The top 10 songs of each year
2008
2009
2010
2011
2012
2013
2014
2015
2016
Artist frequency distribution
This chart shows the distribution of how many times each artist appears in the dataset. I had expected a small number of popular artists to dominate, making multiple appearances. However, the data shows this not to be the case; over half of Top 100 songs from 2008-2016 are by artists who appear only once.
But there is a catch: many artists who are part of groups often release songs as individuals or units. For example, Tiffany of SNSD is listed only once in the data while SNSD appears 12 times. Moreover, subsets of a group often release songs under different names, such as EXO-K; collaborations between artists also often utilize a group name, such as 이유 갓지 않은 이유, which is a one-time collaboration between IU and Myungsoo Park (박명수). As a consequence, the actual number of “one-hit-wonders” in the data would be considerably smaller.
Songwriters with the most ranked songs
There are a lot more collaborations between songwriters than artists—hence the larger numbers.
JYP is listed under three different names (“JYP”, “박진영”, and “J.Y. Park `TheAsiansoul`”). Summing up all his appearances would rank him somewhere around G-DRAGON and 용감한 형제, with 28 Top 100 songs.
Lyricists with the most ranked songs
4. Reflections
Some results were expected; others were not. Overall, the project was a fun way to explore K-pop. One regret is that the data could have been a lot cleaner; if all the artists were listed by name, as well as the composers and lyricists, it would have been possible to get accurate per-person statistics.

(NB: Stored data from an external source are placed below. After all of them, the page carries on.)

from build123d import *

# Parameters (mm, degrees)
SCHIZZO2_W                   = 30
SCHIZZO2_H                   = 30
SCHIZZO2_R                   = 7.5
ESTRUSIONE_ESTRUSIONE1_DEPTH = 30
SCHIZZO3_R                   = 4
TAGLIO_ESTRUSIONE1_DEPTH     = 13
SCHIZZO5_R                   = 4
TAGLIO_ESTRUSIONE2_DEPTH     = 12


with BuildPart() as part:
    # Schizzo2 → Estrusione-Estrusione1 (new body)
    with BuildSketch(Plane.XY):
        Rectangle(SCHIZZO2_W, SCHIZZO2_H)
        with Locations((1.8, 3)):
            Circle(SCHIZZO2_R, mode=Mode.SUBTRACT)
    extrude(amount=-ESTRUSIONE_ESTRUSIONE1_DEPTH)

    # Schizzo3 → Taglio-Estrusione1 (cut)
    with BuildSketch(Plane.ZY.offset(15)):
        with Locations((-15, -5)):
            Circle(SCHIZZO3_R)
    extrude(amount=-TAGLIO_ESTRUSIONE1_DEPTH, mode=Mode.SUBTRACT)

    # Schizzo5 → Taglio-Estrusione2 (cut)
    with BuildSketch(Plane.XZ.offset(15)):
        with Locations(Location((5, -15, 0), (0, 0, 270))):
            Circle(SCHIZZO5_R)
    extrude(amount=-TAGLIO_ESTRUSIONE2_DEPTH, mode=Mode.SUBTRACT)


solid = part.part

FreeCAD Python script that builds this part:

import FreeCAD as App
import Part
import Sketcher

V = App.Vector
Q = App.Units.Quantity


def add_polygon(sketch, points):
    """Adds a closed chain of lines whose ends are joined by coincident constraints."""
    first, n = sketch.GeometryCount, len(points)
    for a, b in zip(points, points[1:] + points[:1]):
        sketch.addGeometry(Part.LineSegment(App.Vector(*a, 0), App.Vector(*b, 0)), False)
    for i in range(n):
        sketch.addConstraint(Sketcher.Constraint("Coincident", first + i, 2, first + (i + 1) % n, 1))

doc = App.newDocument("Part")
body = doc.addObject("PartDesign::Body", "Body")

sketch1 = body.newObject("Sketcher::SketchObject", "Sketch")
sketch1.AttachmentSupport = (doc.getObject("XY_Plane"), [""])
sketch1.MapMode = "FlatFace"
add_polygon(sketch1, [(-15, 15), (-15, -15), (15, -15), (15, 15)])
sketch1.addGeometry(Part.Circle(V(1.8, 3, 0), V(0, 0, 1), 7.5), False)
sketch1.addConstraint([
    Sketcher.Constraint("Vertical", 0),
    Sketcher.Constraint("Horizontal", 1),
    Sketcher.Constraint("Vertical", 2),
    Sketcher.Constraint("Horizontal", 3),
    Sketcher.Constraint("Symmetric", 0, 2, 2, 2, -1, 1),
    Sketcher.Constraint("Equal", 3, 0),
    Sketcher.Constraint("Diameter", 4, Q("15 mm")),
    Sketcher.Constraint("DistanceX", 1, 1, 1, 2, Q("30 mm")),
    Sketcher.Constraint("DistanceY", -1, 1, 4, 3, Q("3 mm")),
    Sketcher.Constraint("DistanceX", -1, 1, 4, 3, Q("1.8 mm")),
])
pad1 = body.newObject("PartDesign::Pad", "Pad")
pad1.Profile = sketch1
pad1.Length = 30
pad1.Reversed = True

sketch2 = body.newObject("Sketcher::SketchObject", "Sketch001")
sketch2.AttachmentSupport = (doc.getObject("YZ_Plane"), [""])
sketch2.MapMode = "FlatFace"
sketch2.AttachmentOffset = App.Placement(V(0, 0, -15), App.Rotation())
sketch2.addGeometry(Part.Circle(V(-5, -15, 0), V(0, 0, 1), 4), False)
sketch2.addConstraint([
    Sketcher.Constraint("Diameter", 0, Q("8 mm")),
    Sketcher.Constraint("DistanceX", 0, 3, -1, 1, Q("5 mm")),
    Sketcher.Constraint("DistanceY", 0, 3, -1, 1, Q("15 mm")),
])
pocket1 = body.newObject("PartDesign::Pocket", "Pocket")
pocket1.Profile = sketch2
pocket1.Length = 13
pocket1.Reversed = True

sketch3 = body.newObject("Sketcher::SketchObject", "Sketch002")
sketch3.AttachmentSupport = (doc.getObject("XZ_Plane"), [""])
sketch3.MapMode = "FlatFace"
sketch3.AttachmentOffset = App.Placement(V(0, 0, 15), App.Rotation())
sketch3.addGeometry(Part.Circle(V(5, -15, 0), V(0, 0, 1), 4), False)
sketch3.addConstraint([
    Sketcher.Constraint("Diameter", 0, Q("8 mm")),
    Sketcher.Constraint("DistanceX", -1, 1, 0, 3, Q("5 mm")),
    Sketcher.Constraint("DistanceY", 0, 3, -1, 1, Q("15 mm")),
])
pocket2 = body.newObject("PartDesign::Pocket", "Pocket001")
pocket2.Profile = sketch3
pocket2.Length = 12

doc.recompute()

Also, if the data had been categorized with more labels such as gender, genre, etc., there would have been a greater amount of interesting results that could have been extracted. This would take a lot of time to do manually; hopefully there is a useful data source laying around somewhere. I felt that I only scratched the surface of music data analysis with this small project. If time allows, I think it would be fun to continue the analysis in more depth.
Most of the exploration and visualizations were done using Python; I shared the code on my Github.